Abstract: We provide conceptual and mathematical foundations for near-term quantum natural language processing (QNLP), and do so in quantum computer scientist friendly terms. We opted for an expository presentation style, and provide references for supporting empirical evidence and formal statements concerning mathematical generality.
We recall how the quantum model for natural language that we employ canonically combines linguistic meanings with rich linguistic structure, most notably grammar. In particular, the fact that it takes a quantum-like model to combine meaning and structure, establishes QNLP as quantum-native, on par with simulation of quantum systems. Moreover, the now leading Noisy Intermediate-Scale Quantum (NISQ) paradigm for encoding classical data on quantum hardware, variational quantum circuits, makes NISQ exceptionally QNLP-friendly: linguistic structure can be encoded as a free lunch, in contrast to the apparently exponentially expensive classical encoding of grammar.
Quantum speed-up for QNLP tasks has already been established in previous work with Will Zeng.

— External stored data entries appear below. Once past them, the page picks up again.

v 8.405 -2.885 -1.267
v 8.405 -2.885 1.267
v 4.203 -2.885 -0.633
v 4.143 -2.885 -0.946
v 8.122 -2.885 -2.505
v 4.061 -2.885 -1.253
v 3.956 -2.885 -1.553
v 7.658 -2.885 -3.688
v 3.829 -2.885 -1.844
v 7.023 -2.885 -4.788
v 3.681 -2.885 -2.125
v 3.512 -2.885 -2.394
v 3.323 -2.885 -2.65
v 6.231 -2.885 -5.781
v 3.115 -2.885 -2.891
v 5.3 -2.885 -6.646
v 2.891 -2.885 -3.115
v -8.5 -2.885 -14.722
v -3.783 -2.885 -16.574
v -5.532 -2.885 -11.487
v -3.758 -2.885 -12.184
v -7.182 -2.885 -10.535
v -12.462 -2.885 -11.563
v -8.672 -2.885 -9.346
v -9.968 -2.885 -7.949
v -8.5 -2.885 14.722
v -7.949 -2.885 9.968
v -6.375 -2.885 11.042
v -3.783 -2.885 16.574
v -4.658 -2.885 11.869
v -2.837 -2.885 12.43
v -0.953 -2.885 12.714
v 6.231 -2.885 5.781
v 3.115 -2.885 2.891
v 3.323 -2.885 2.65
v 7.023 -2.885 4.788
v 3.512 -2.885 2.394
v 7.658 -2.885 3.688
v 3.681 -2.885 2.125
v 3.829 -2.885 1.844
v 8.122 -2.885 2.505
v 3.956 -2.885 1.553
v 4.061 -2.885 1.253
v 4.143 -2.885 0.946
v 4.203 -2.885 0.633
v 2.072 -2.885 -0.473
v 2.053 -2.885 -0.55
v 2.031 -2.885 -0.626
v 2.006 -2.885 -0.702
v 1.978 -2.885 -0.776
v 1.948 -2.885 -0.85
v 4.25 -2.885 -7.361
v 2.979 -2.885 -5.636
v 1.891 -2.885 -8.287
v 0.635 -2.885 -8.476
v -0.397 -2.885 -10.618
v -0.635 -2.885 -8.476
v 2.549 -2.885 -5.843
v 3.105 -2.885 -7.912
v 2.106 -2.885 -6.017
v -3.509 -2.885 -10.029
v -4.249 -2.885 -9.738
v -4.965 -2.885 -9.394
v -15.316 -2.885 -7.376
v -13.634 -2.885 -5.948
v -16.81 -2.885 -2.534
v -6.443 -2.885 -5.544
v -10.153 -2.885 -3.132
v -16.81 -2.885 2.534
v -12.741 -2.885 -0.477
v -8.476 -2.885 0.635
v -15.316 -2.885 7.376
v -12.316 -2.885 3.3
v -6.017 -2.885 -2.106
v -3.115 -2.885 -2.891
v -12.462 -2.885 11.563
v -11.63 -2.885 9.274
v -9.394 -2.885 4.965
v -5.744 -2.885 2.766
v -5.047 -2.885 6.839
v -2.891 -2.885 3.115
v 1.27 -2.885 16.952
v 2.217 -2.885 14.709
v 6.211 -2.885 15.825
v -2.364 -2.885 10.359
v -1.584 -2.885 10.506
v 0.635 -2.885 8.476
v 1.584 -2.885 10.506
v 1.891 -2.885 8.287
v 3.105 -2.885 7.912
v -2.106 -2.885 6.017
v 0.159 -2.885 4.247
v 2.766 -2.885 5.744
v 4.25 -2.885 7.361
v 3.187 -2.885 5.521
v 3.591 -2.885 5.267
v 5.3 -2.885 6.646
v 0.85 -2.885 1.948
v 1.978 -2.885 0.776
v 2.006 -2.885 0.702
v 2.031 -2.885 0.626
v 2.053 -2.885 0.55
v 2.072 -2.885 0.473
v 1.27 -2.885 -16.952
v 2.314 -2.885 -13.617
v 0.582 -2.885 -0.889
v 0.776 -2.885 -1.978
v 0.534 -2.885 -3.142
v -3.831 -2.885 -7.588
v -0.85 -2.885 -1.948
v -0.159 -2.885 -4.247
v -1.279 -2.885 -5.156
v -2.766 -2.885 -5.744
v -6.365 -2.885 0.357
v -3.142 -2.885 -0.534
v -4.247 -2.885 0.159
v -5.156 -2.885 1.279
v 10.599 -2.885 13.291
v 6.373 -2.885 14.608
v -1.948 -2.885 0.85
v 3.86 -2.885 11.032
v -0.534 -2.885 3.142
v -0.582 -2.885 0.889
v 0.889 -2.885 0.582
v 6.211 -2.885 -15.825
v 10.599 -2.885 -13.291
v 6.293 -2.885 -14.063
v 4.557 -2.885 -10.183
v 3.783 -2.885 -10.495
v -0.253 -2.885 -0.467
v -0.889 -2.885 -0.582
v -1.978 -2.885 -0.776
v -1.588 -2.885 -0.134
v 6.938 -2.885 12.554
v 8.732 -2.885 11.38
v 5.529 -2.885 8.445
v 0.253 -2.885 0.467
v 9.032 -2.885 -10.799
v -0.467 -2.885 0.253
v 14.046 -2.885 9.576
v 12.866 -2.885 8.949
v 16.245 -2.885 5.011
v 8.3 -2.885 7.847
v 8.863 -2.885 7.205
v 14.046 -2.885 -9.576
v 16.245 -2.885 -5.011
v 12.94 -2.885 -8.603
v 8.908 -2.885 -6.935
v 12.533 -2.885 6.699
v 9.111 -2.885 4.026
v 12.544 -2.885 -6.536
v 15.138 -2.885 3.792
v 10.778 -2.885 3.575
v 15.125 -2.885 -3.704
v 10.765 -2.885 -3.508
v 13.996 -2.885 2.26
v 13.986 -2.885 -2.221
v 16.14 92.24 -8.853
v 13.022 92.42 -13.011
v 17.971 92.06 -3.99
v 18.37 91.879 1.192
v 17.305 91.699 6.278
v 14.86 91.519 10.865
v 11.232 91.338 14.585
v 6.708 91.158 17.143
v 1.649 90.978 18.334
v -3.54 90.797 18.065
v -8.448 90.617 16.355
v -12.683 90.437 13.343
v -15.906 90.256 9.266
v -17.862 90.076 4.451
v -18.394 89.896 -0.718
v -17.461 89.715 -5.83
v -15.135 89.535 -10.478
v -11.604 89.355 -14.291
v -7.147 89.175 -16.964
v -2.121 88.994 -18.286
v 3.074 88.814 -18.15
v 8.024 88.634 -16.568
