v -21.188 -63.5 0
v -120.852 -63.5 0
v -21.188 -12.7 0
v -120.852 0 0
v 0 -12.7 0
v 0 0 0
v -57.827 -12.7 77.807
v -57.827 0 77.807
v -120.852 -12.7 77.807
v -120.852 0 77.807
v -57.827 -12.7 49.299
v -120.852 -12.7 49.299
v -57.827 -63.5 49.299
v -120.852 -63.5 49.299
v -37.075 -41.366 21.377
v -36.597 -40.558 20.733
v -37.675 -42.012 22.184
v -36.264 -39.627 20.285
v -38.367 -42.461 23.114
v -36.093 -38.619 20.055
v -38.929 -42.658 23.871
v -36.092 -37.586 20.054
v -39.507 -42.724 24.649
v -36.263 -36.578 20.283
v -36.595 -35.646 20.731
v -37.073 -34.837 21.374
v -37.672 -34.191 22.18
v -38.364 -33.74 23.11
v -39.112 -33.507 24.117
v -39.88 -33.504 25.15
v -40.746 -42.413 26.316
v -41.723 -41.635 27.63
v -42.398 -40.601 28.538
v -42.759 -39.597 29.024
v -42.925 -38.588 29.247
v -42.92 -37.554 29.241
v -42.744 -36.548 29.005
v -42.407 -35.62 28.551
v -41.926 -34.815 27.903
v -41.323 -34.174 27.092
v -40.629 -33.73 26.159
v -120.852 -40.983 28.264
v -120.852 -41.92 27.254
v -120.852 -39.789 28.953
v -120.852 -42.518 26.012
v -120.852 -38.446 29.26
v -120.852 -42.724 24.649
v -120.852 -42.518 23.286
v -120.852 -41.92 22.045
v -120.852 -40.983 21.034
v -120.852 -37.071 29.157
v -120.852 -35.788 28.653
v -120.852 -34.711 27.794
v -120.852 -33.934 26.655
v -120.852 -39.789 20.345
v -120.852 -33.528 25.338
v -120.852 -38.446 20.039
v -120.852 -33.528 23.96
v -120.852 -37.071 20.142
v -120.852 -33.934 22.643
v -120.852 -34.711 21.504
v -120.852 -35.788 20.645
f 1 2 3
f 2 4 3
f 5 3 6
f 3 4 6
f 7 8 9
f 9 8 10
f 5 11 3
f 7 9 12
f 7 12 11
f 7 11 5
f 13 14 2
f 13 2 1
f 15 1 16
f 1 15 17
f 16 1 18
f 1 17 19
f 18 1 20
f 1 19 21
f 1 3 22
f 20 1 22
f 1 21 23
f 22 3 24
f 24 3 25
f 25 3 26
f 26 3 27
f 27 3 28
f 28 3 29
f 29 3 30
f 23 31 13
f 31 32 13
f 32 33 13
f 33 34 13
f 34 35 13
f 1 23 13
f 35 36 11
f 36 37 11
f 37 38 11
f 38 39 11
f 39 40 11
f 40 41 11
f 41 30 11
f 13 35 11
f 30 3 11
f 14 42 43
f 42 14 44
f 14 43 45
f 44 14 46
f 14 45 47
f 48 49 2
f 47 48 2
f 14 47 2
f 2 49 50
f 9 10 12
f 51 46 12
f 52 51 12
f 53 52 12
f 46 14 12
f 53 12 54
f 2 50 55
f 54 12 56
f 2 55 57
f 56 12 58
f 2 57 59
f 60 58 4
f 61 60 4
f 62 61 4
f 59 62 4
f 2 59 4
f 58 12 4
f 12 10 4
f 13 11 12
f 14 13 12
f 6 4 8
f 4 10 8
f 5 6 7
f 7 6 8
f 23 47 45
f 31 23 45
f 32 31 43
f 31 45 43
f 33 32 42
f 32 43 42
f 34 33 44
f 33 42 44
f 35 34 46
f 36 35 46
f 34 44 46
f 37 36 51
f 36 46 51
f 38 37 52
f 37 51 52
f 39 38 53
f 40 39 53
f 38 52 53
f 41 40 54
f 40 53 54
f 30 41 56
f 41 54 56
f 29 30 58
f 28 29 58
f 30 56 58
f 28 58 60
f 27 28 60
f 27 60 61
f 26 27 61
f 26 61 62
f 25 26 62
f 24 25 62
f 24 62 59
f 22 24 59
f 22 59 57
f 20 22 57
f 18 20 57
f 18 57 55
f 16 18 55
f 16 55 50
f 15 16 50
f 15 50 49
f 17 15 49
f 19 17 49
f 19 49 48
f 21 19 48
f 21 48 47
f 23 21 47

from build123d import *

# Parameters (mm, degrees)
F1_DEPTH = 12.7
F3_DEPTH = 50.8
F4_R     = 4.623587
F5_DEPTH = 120.853254


with BuildPart() as f1:
    # F0 (on Front) → F1 (new body)
    with BuildSketch(Plane.XZ):
        Polygon((-120.852254, 0), (0, 0), (-57.827156, 77.806771), (-120.852254, 77.806771), align=None)
    extrude(amount=F1_DEPTH)

    # F2 (on face) → F3 (join)
    with BuildSketch(Plane.XZ.offset(12.7)):
        Polygon((-57.827156, 49.29851), (-120.852254, 49.29851), (-120.852254, 0), (-21.187766, 0), align=None)
    extrude(amount=F3_DEPTH)

    # F4 (on face) → F5 (cut, through all)
    with BuildSketch(Plane(origin=(-120.852254, 0, 0), x_dir=(0, -1, 0), z_dir=(-1, 0, 0))):
        with Locations((38.1, 24.649255)):
            Circle(F4_R)
    extrude(amount=-F5_DEPTH, mode=Mode.SUBTRACT)


solid = f1.part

Here we provide a broader range of tasks which all enjoy the same advantage.
Diagrammatic reasoning is at the heart of QNLP. Firstly, the quantum model interprets language as quantum processes via the diagrammatic formalism of categorical quantum mechanics. Secondly, these diagrams are via ZX-calculus translated into quantum circuits. Parameterisations of meanings then become the circuit variables to be learned.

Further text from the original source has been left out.